Data excerpts ▸

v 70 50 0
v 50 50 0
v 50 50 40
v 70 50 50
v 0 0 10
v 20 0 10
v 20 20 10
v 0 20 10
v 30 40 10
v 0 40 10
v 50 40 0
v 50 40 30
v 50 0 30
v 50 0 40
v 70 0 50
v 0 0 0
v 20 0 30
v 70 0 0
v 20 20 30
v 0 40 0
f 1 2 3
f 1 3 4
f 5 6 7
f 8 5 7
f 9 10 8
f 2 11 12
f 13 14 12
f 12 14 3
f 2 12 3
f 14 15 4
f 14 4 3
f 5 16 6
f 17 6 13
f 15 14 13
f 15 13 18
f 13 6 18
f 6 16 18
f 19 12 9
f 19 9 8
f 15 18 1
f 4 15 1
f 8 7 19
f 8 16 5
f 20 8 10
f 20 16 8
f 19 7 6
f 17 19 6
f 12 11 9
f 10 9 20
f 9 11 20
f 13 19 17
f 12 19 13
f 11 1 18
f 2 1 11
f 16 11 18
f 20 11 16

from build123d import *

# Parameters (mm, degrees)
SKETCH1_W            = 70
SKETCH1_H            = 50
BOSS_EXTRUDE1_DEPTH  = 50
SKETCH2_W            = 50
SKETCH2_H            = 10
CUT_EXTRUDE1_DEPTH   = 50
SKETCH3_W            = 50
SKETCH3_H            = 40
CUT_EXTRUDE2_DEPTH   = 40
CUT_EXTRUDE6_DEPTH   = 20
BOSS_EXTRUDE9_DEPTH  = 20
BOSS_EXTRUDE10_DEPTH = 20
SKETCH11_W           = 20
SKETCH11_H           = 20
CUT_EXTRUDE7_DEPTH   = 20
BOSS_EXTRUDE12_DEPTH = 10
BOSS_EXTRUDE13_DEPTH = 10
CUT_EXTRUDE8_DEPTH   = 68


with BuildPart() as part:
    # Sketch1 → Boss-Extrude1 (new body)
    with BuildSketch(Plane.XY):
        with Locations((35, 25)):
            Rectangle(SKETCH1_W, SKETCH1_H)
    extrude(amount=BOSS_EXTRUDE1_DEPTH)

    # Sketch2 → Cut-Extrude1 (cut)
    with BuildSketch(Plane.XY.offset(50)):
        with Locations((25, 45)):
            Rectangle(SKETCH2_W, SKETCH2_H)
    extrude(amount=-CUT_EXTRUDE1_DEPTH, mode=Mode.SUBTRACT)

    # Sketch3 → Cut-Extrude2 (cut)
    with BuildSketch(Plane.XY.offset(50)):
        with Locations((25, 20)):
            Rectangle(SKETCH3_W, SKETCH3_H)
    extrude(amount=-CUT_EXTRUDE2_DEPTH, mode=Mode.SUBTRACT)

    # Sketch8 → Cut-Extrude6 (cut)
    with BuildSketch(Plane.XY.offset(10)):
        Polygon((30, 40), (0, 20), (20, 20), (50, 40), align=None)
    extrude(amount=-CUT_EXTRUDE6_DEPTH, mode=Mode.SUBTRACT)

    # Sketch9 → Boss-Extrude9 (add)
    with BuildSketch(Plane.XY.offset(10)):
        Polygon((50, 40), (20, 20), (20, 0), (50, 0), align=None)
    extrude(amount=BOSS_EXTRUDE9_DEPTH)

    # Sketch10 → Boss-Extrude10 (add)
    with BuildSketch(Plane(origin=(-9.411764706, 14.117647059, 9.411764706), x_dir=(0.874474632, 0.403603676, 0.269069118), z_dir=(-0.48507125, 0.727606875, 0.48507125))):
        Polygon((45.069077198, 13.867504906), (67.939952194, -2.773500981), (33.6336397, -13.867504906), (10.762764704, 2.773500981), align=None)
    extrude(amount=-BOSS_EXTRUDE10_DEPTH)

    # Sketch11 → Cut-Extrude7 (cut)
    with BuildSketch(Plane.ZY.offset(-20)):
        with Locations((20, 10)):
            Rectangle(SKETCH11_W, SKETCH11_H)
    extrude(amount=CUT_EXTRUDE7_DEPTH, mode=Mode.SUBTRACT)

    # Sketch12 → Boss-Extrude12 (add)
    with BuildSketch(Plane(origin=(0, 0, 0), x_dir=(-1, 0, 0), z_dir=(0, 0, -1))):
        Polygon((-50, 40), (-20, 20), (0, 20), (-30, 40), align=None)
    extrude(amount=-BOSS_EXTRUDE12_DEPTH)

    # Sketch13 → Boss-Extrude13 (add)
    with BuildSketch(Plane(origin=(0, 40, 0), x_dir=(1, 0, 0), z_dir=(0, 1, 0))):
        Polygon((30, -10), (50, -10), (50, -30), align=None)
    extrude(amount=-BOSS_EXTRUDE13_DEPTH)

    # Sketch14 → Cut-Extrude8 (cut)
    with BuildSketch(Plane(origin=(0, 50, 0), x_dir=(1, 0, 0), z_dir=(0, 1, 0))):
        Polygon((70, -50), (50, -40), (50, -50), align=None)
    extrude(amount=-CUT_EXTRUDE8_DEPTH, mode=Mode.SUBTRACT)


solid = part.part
==
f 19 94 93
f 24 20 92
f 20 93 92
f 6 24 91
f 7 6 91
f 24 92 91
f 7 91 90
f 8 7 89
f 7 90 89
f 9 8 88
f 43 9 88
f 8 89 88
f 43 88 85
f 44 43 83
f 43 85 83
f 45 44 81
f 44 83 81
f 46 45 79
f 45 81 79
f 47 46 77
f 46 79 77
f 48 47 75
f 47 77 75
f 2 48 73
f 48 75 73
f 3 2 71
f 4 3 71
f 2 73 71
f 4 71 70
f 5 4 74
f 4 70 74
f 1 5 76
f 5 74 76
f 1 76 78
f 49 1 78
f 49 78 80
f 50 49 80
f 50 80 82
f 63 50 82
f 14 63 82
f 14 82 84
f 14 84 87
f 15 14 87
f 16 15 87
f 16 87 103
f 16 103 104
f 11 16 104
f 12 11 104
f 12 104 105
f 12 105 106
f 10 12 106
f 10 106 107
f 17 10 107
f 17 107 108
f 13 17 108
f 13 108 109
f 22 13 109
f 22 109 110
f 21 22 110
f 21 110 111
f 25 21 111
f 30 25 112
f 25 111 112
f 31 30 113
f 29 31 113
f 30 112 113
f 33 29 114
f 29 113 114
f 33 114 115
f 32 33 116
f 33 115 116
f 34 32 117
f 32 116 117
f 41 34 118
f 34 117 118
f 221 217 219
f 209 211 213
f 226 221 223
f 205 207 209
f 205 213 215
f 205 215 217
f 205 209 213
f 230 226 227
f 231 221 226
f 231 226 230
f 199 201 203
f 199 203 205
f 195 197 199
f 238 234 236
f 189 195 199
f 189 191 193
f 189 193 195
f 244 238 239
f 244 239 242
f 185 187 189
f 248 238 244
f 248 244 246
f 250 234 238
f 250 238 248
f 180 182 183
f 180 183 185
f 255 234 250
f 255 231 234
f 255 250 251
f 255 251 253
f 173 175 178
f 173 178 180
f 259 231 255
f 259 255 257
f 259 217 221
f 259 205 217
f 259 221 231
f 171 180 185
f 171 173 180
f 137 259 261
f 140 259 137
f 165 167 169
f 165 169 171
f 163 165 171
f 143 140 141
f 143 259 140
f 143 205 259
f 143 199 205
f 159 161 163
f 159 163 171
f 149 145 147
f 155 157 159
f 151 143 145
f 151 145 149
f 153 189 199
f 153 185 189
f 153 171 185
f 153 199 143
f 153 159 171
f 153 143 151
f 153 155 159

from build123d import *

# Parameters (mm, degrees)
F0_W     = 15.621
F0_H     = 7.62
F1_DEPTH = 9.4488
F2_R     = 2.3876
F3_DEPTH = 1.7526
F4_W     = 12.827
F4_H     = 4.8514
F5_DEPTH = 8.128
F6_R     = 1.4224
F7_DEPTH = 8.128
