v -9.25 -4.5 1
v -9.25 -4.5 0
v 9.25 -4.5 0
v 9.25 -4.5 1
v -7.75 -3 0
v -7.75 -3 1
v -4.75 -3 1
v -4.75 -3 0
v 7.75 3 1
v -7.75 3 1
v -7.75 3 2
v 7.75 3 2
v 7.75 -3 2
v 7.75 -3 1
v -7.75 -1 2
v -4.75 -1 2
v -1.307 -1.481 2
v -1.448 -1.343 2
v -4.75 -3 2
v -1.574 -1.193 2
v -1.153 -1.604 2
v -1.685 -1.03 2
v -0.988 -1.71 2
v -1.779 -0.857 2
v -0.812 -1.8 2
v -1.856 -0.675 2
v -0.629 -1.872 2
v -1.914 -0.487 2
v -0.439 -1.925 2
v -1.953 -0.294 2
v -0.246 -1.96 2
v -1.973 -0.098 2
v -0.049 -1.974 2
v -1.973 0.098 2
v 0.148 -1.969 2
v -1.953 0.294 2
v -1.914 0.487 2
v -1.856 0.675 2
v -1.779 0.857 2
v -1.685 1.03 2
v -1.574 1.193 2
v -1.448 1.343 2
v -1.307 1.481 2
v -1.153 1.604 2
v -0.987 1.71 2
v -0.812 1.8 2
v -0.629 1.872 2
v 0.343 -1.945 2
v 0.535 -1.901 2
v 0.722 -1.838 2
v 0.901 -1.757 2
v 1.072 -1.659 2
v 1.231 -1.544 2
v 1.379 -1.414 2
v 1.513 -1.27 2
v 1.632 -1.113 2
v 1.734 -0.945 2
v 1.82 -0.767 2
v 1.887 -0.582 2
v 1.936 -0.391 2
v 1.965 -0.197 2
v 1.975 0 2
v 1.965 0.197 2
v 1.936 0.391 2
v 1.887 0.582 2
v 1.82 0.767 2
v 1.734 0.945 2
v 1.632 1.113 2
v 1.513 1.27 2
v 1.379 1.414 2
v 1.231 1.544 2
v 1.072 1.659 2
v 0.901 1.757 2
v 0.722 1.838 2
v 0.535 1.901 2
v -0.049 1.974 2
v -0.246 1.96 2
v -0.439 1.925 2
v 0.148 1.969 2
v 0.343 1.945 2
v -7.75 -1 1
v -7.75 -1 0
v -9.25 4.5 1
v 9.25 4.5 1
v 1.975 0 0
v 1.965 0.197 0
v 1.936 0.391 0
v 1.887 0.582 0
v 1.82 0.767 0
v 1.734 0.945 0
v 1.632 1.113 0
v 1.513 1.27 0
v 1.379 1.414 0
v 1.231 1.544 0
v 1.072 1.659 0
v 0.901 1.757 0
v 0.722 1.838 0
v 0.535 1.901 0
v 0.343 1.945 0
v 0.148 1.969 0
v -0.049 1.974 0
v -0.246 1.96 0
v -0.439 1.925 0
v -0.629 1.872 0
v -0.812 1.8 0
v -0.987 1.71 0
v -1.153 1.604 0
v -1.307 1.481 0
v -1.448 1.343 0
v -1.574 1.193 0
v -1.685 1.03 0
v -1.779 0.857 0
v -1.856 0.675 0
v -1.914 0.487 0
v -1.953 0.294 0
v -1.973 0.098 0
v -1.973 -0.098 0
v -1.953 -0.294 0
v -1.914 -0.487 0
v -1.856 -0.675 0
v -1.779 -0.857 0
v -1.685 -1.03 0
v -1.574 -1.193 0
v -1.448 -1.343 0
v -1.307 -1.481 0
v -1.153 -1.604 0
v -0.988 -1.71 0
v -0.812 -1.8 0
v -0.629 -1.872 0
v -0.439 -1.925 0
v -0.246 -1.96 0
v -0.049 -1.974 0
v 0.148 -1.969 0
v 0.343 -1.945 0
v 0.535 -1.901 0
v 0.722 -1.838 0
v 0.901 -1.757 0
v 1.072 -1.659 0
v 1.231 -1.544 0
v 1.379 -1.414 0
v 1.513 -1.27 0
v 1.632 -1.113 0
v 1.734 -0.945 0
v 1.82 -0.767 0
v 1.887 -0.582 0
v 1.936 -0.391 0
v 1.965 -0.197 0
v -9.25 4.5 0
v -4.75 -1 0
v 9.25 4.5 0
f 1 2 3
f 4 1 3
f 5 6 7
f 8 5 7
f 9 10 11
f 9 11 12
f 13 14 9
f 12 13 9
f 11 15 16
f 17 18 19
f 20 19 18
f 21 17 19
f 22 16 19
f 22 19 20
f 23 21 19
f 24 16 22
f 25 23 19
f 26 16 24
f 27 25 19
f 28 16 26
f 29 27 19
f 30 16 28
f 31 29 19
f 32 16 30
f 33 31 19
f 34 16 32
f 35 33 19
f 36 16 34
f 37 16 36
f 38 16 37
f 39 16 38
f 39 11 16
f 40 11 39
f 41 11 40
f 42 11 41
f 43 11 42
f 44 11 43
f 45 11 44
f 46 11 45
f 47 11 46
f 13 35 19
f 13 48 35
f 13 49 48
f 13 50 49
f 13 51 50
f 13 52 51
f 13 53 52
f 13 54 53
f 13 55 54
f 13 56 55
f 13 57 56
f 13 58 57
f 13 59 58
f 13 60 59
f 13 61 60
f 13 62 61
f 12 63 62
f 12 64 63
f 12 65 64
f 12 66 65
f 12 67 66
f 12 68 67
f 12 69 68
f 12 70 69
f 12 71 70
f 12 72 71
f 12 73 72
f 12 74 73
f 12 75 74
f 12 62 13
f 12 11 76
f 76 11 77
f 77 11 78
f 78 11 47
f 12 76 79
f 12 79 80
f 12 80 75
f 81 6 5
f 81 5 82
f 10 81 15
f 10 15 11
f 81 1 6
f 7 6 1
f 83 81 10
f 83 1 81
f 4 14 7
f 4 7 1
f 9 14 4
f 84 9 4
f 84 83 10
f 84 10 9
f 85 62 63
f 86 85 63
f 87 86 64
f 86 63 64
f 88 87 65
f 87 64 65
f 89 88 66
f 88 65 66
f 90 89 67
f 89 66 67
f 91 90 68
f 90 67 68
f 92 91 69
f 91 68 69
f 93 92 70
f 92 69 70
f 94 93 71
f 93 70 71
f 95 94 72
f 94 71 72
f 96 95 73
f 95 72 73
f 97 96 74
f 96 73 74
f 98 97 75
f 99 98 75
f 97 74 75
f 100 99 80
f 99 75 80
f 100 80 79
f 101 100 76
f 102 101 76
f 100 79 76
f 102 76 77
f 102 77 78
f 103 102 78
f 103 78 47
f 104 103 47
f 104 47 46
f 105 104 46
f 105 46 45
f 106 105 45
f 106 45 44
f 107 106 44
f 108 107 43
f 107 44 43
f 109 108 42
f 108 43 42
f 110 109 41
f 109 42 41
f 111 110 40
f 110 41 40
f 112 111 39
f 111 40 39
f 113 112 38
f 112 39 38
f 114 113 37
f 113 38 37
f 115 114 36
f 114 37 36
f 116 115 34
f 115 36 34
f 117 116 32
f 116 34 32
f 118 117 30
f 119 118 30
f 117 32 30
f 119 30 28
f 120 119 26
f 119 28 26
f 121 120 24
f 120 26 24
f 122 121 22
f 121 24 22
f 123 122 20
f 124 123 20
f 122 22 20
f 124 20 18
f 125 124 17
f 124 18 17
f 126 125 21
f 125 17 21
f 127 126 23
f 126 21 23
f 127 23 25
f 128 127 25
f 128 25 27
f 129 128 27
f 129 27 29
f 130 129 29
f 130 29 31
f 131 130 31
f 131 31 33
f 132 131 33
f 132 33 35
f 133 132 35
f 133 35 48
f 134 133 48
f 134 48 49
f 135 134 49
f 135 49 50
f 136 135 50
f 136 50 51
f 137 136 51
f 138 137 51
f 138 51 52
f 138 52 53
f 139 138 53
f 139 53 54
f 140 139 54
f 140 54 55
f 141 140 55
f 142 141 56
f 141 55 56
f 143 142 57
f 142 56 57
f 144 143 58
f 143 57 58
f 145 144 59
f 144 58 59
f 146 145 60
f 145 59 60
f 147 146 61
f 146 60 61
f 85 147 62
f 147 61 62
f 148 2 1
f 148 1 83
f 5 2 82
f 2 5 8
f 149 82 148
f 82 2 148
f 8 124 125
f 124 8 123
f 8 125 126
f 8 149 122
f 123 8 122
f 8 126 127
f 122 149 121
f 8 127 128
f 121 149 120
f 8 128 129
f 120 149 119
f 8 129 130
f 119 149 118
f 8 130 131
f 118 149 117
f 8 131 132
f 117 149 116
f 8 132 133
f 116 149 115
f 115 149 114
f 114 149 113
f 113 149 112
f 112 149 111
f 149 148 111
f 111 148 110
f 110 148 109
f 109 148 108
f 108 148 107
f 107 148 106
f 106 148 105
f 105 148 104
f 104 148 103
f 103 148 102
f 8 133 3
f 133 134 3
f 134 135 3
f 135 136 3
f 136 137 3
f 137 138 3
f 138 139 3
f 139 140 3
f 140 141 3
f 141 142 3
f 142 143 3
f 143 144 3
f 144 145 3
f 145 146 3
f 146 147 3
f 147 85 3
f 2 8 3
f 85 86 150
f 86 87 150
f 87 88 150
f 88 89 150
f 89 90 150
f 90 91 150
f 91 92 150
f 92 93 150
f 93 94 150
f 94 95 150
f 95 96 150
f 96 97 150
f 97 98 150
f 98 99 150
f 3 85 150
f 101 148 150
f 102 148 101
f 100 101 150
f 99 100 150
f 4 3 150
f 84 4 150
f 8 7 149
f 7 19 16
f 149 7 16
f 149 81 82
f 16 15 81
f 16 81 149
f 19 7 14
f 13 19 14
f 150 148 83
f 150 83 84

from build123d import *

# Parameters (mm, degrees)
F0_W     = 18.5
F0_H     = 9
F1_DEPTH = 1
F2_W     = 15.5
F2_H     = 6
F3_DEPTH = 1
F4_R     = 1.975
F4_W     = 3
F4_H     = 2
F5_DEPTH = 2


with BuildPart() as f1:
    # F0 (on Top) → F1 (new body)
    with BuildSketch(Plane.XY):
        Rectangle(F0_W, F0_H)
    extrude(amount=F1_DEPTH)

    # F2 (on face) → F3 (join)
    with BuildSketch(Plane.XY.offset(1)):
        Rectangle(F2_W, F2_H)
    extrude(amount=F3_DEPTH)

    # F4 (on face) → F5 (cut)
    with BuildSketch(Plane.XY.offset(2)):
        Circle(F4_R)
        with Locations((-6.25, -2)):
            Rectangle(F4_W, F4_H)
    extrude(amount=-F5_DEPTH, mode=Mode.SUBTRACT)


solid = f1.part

Exercise brief ▸ All that is wanted is an exact copy of the lines above from the one with "v -1.914 -0.487 2" through the one with "v -1.973 0.098 0", with both ends included.

Task response ▸
v -1.914 -0.487 2
v -0.439 -1.925 2
v -1.953 -0.294 2
v -0.246 -1.96 2
v -1.973 -0.098 2
v -0.049 -1.974 2
v -1.973 0.098 2
v 0.148 -1.969 2
v -1.953 0.294 2
v -1.914 0.487 2
v -1.856 0.675 2
v -1.779 0.857 2
v -1.685 1.03 2
v -1.574 1.193 2
v -1.448 1.343 2
v -1.307 1.481 2
v -1.153 1.604 2
v -0.987 1.71 2
v -0.812 1.8 2
v -0.629 1.872 2
v 0.343 -1.945 2
v 0.535 -1.901 2
v 0.722 -1.838 2
v 0.901 -1.757 2
v 1.072 -1.659 2
v 1.231 -1.544 2
v 1.379 -1.414 2
v 1.513 -1.27 2
v 1.632 -1.113 2
v 1.734 -0.945 2
v 1.82 -0.767 2
v 1.887 -0.582 2
v 1.936 -0.391 2
v 1.965 -0.197 2
v 1.975 0 2
v 1.965 0.197 2
v 1.936 0.391 2
v 1.887 0.582 2
v 1.82 0.767 2
v 1.734 0.945 2
v 1.632 1.113 2
v 1.513 1.27 2
v 1.379 1.414 2
v 1.231 1.544 2
v 1.072 1.659 2
v 0.901 1.757 2
v 0.722 1.838 2
v 0.535 1.901 2
v -0.049 1.974 2
v -0.246 1.96 2
v -0.439 1.925 2
v 0.148 1.969 2
v 0.343 1.945 2
v -7.75 -1 1
v -7.75 -1 0
v -9.25 4.5 1
v 9.25 4.5 1
v 1.975 0 0
v 1.965 0.197 0
v 1.936 0.391 0
v 1.887 0.582 0
v 1.82 0.767 0
v 1.734 0.945 0
v 1.632 1.113 0
v 1.513 1.27 0
v 1.379 1.414 0
v 1.231 1.544 0
v 1.072 1.659 0
v 0.901 1.757 0
v 0.722 1.838 0
v 0.535 1.901 0
v 0.343 1.945 0
v 0.148 1.969 0
v -0.049 1.974 0
v -0.246 1.96 0
v -0.439 1.925 0
v -0.629 1.872 0
v -0.812 1.8 0
v -0.987 1.71 0
v -1.153 1.604 0
v -1.307 1.481 0
v -1.448 1.343 0
v -1.574 1.193 0
v -1.685 1.03 0
v -1.779 0.857 0
v -1.856 0.675 0
v -1.914 0.487 0
v -1.953 0.294 0
v -1.973 0.098 0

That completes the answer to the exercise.